Robyn, the daughter of the prime minister, is kidnapped by a terrorist group that threatens to kill her unless one of their members is freed from prison. They try to use her captivity as a way to expose alleged corruption in the government. Among her three captors, a young man named Talon is one of the kindest and most reasonable, while the other two are terrifying and unpredictable. What makes her go from terrified to sympathetic is that her father doesn’t seem to want to “negotiate with terrorists.” That kind of bitter pill could do a lot of damage to anyone’s mind, giving the story the weight it needs.

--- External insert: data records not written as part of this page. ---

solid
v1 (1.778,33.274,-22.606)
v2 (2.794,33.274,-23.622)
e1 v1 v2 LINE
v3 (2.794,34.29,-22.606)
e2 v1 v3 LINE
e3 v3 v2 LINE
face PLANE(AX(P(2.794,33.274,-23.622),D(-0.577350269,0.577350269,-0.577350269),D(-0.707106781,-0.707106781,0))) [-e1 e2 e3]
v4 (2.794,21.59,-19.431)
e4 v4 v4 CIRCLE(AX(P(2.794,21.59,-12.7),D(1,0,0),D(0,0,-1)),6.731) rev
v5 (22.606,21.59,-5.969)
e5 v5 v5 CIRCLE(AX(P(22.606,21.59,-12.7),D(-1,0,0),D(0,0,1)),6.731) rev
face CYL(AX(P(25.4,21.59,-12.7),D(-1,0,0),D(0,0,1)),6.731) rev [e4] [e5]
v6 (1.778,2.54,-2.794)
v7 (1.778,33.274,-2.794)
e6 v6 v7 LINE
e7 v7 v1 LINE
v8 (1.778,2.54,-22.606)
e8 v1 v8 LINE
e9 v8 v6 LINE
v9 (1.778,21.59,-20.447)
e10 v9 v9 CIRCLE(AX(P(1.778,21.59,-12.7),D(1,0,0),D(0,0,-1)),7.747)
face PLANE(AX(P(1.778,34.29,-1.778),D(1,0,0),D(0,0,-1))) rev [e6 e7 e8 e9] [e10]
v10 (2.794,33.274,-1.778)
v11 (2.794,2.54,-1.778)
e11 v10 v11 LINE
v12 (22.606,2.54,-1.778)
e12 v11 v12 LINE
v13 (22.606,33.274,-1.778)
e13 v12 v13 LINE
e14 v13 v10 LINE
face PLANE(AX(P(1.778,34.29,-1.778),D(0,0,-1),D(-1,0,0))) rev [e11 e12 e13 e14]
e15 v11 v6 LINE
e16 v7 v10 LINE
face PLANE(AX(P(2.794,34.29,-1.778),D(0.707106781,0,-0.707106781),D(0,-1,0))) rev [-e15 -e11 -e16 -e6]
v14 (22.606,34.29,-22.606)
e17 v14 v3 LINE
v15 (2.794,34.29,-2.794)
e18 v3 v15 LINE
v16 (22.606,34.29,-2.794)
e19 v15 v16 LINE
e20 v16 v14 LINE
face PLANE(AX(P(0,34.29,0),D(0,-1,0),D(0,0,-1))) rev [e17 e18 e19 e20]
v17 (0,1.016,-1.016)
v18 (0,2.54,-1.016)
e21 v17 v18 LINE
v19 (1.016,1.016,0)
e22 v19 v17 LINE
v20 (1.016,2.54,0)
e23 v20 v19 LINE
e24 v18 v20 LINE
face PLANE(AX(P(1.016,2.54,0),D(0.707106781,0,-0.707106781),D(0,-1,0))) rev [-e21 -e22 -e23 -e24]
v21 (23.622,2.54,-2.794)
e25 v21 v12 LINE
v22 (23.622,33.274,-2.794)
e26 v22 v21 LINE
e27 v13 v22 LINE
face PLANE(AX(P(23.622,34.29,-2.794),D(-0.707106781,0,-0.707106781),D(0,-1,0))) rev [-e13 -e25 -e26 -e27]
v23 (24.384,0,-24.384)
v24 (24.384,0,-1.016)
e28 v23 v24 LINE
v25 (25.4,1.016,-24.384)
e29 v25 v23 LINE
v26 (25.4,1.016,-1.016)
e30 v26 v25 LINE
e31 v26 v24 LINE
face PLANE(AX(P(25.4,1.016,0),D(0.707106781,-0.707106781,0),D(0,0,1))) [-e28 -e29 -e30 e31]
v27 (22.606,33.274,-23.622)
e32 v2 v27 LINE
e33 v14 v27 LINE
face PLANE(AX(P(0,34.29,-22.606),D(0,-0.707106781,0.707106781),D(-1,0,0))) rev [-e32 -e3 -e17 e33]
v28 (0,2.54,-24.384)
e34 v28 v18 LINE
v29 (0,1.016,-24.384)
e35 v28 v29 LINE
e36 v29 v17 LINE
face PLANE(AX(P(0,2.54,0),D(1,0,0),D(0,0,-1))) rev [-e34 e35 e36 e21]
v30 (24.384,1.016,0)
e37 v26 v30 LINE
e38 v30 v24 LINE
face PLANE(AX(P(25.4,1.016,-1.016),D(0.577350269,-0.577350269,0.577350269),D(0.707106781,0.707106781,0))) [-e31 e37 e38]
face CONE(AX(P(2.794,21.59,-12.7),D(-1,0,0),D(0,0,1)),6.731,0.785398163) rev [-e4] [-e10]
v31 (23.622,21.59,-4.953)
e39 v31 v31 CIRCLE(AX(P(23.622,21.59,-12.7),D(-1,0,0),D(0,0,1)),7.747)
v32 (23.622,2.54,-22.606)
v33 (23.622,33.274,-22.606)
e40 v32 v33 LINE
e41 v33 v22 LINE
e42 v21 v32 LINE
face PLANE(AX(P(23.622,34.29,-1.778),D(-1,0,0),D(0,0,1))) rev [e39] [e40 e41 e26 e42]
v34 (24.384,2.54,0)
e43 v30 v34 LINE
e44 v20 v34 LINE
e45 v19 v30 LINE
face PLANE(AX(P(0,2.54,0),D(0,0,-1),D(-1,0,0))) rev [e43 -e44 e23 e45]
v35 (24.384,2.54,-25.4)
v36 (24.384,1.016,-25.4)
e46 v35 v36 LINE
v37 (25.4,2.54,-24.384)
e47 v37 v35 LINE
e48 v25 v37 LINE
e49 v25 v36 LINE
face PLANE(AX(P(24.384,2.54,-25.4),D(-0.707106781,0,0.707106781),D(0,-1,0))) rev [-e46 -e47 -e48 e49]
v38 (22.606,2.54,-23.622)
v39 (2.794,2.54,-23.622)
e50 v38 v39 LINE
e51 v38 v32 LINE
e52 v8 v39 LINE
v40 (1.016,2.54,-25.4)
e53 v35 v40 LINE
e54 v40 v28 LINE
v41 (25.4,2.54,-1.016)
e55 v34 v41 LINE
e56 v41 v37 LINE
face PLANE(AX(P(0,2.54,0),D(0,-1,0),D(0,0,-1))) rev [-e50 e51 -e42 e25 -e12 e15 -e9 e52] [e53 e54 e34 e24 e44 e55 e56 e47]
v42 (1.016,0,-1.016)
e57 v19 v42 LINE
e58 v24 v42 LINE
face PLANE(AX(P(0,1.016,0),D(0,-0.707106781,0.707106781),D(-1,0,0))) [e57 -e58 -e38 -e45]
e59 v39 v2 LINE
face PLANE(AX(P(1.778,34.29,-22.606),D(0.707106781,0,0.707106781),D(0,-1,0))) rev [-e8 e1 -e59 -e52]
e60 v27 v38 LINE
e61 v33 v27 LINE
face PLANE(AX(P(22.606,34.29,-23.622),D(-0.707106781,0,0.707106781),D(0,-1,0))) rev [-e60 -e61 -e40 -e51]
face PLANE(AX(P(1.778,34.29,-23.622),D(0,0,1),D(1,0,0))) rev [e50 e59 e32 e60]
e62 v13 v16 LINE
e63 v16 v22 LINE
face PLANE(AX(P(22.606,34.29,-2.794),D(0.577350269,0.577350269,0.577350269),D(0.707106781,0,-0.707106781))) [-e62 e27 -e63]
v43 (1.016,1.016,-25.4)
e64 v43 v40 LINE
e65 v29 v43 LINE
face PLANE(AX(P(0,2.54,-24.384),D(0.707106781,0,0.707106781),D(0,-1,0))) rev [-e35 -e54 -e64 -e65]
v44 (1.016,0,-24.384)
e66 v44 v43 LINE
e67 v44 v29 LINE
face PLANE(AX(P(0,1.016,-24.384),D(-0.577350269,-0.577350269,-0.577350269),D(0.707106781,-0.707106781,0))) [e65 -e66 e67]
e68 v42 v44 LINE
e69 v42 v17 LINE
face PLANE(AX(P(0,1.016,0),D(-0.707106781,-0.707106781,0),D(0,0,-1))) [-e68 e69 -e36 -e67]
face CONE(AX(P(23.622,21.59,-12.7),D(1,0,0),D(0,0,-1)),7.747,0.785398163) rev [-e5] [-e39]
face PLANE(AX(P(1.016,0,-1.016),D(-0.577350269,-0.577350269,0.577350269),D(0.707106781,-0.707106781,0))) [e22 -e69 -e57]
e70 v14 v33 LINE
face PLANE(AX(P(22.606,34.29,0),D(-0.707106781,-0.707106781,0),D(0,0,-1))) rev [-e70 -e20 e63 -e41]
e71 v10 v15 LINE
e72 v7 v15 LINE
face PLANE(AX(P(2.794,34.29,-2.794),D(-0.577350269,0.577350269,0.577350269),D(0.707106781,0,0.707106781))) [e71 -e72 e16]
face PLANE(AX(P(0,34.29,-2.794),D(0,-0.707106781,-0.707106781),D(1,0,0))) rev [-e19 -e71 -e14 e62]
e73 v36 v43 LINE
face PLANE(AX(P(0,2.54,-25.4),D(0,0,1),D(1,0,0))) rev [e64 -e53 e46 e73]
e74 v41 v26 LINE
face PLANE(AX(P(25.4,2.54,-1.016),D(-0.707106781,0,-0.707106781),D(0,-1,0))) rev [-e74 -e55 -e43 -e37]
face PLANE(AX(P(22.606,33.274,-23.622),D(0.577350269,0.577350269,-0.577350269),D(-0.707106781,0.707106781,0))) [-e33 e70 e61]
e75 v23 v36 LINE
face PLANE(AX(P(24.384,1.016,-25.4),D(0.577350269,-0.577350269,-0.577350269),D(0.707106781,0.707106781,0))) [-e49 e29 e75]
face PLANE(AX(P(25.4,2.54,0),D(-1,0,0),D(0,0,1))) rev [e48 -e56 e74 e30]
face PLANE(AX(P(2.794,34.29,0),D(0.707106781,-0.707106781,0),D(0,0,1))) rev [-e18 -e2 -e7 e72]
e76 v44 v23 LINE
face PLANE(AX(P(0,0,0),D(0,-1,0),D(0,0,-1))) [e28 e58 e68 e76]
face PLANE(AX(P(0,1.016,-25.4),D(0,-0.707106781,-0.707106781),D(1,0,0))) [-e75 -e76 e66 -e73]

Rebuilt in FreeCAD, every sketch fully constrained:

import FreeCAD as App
import Part
import Sketcher
Q = App.Units.Quantity


def edges_at(feature, points):
    """Names of the edges that pass closest to the given points."""
    edges = feature.Shape.Edges
    near = lambda p: min(range(len(edges)), key=lambda i: edges[i].distToShape(Part.Vertex(*p))[0])
    return sorted({f"Edge{near(p) + 1}" for p in points})

doc = App.newDocument("Part")
body = doc.addObject("PartDesign::Body", "Body")

sketch1 = doc.addObject("Sketcher::SketchObject", "Sketch")
body.addObject(sketch1)
sketch1.AttachmentSupport = (doc.XZ_Plane, [""])
sketch1.MapMode = "FlatFace"
sketch1.addGeometry(Part.LineSegment(App.Vector(0, -25, 0), App.Vector(0, 0, 0)), False)
sketch1.addGeometry(Part.LineSegment(App.Vector(0, 0, 0), App.Vector(25, 0, 0)), False)
sketch1.addGeometry(Part.LineSegment(App.Vector(25, 0, 0), App.Vector(25, -25, 0)), False)
sketch1.addGeometry(Part.LineSegment(App.Vector(25, -25, 0), App.Vector(0, -25, 0)), False)
sketch1.addConstraint(Sketcher.Constraint("Coincident", 0, 2, 1, 1))
sketch1.addConstraint(Sketcher.Constraint("Coincident", 1, 2, 2, 1))
sketch1.addConstraint(Sketcher.Constraint("Coincident", 2, 2, 3, 1))
sketch1.addConstraint(Sketcher.Constraint("Coincident", 3, 2, 0, 1))
sketch1.addConstraint(Sketcher.Constraint("Vertical", 0))
sketch1.addConstraint(Sketcher.Constraint("Horizontal", 1))
sketch1.addConstraint(Sketcher.Constraint("Vertical", 2))
sketch1.addConstraint(Sketcher.Constraint("Horizontal", 3))
sketch1.addConstraint(Sketcher.Constraint("Coincident", 0, 2, -1, 1))
sketch1.addConstraint(Sketcher.Constraint("Equal", 3, 0))
sketch1.addConstraint(Sketcher.Constraint("DistanceX", 1, 1, 1, 2, Q("1 in")))
pad1 = doc.addObject("PartDesign::Pad", "Pad")
body.addObject(pad1)
pad1.Profile = sketch1
pad1.Length = Q("0.1 in")
pad1.Reversed = True

sketch2 = doc.addObject("Sketcher::SketchObject", "Sketch001")
body.addObject(sketch2)
sketch2.AttachmentSupport = (doc.XZ_Plane, [""])
sketch2.MapMode = "FlatFace"
sketch2.AttachmentOffset = App.Placement(App.Vector(0, 0, -0.1 * 25.4), App.Rotation())
sketch2.addGeometry(Part.LineSegment(App.Vector(2, -24, 0), App.Vector(2, -2, 0)), False)
sketch2.addGeometry(Part.LineSegment(App.Vector(2, -2, 0), App.Vector(24, -2, 0)), False)
sketch2.addGeometry(Part.LineSegment(App.Vector(24, -2, 0), App.Vector(24, -24, 0)), False)
sketch2.addGeometry(Part.LineSegment(App.Vector(24, -24, 0), App.Vector(2, -24, 0)), False)
sketch2.addConstraint(Sketcher.Constraint("Coincident", 0, 2, 1, 1))
sketch2.addConstraint(Sketcher.Constraint("Coincident", 1, 2, 2, 1))
sketch2.addConstraint(Sketcher.Constraint("Coincident", 2, 2, 3, 1))
sketch2.addConstraint(Sketcher.Constraint("Coincident", 3, 2, 0, 1))
sketch2.addConstraint(Sketcher.Constraint("Vertical", 0))
sketch2.addConstraint(Sketcher.Constraint("Horizontal", 1))
sketch2.addConstraint(Sketcher.Constraint("Vertical", 2))
sketch2.addConstraint(Sketcher.Constraint("Horizontal", 3))
sketch2.addConstraint(Sketcher.Constraint("Equal", 3, 0))
sketch2.addConstraint(Sketcher.Constraint("DistanceX", 1, 1, 1, 2, Q("0.86 in")))
sketch2.addConstraint(Sketcher.Constraint("DistanceX", -1, 1, 0, 2, Q("0.07 in")))
sketch2.addConstraint(Sketcher.Constraint("DistanceY", 0, 2, -1, 1, Q("0.07 in")))
pad2 = doc.addObject("PartDesign::Pad", "Pad001")
body.addObject(pad2)
pad2.Profile = sketch2
pad2.Length = Q("1.25 in")
pad2.Reversed = True

sketch3 = doc.addObject("Sketcher::SketchObject", "Sketch002")
body.addObject(sketch3)
sketch3.AttachmentSupport = (doc.YZ_Plane, [""])
sketch3.MapMode = "FlatFace"
sketch3.AttachmentOffset = App.Placement(App.Vector(0, 0, 0.07 * 25.4), App.Rotation())
sketch3.addGeometry(Part.Circle(App.Vector(22, -13, 0), App.Vector(0, 0, 1), 7), False)
sketch3.addConstraint(Sketcher.Constraint("Diameter", 0, Q("0.53 in")))
sketch3.addConstraint(Sketcher.Constraint("DistanceY", 0, 3, -1, 1, Q("0.5 in")))
sketch3.addConstraint(Sketcher.Constraint("DistanceX", -1, 1, 0, 3, Q("0.85 in")))
pocket1 = doc.addObject("PartDesign::Pocket", "Pocket")
body.addObject(pocket1)
pocket1.Profile = sketch3
pocket1.Type = "ThroughAll"
pocket1.Reversed = True
doc.recompute()

chamfer = doc.addObject("PartDesign::Chamfer", "Chamfer")
body.addObject(chamfer)
chamfer.Base = (pocket1, edges_at(pocket1, [
    (1.778, 18.415, -23.622),
    (1.778, 18.415, -1.778),
    (23.622, 18.415, -1.778),
    (23.622, 18.415, -23.622),
    (1.778, 34.29, -12.7),
    (12.7, 34.29, -1.778),
    (23.622, 34.29, -12.7),
    (12.7, 34.29, -23.622),
    (23.622, 21.59, -19.431),
    (1.778, 21.59, -19.431),
    (12.7, 0, -25.4),
    (25.4, 0, -12.7),
    (12.7, 0, 0),
    (0, 0, -12.7),
    (0, 1.27, -25.4),
    (25.4, 1.27, -25.4),
    (25.4, 1.27, 0),
    (0, 1.27, 0),
]))
chamfer.Size = Q("0.04 in")

doc.recompute()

I look around. The cell is filled with sunlight, and the window is a small piece of pale blue. There are a lot of tiny dust particles moving in the sparkling light. They whirl in a golden line from the window to the other side of the cell, where they seem to form shapes and lines. It’s like looking into a kaleidoscope, but with a lot more color.

Dad isn’t at home. None of us are.

As the daughter of one of the world’s most powerful men, Robyn Knollys-Green has become a well-known person in her own right. It isn’t even the paparazzi who can find her now, though.

There’s a lot of global corruption and deception, and the boy who has to protect Robyn might not be an enemy after all.

The Getaway, by Jim Thompson

After the death of Jim Thompson, his dark view of the world spread to his fellow humans as well. This classic noir story of criminals with and without honor (mostly without) is violent. In his job as a career criminal, Doc McCoy comes up with what he thinks is the perfect crime, but he’s betrayed and must go on the run with his partner Rudy. It doesn’t look like Rudy has Doc’s charisma, and he doesn’t have any friends or allies. So he kidnaps a married couple, the Clintons, and forces them to help him in his search. Harold Clinton is scared and intimidated by Rudy’s size, but his wife, Fran, is enamored, excited, and, in the end, smitten. This story is about how betrayal can have a long-term effect on people, and Fran’s is one of the most shocking and heartbreaking to see.

Six Days of the Condor, by James Grady

Condor is a low-level CIA analyst who happens to stumble across a secret code used by a group of rogue agents. This is the story of how Condor came across the code. A group of people tried to kill his entire station to hide the fact that they had found something. When he survives, he has to live by his own rules without knowing who to trust. Overhearing a woman named Wendy talking about spending a vacation in her apartment, he kidnaps her and forces her to keep him safe. She quickly falls for him, which is a little more plausible in the movie version, where the character is played by Robert Redford.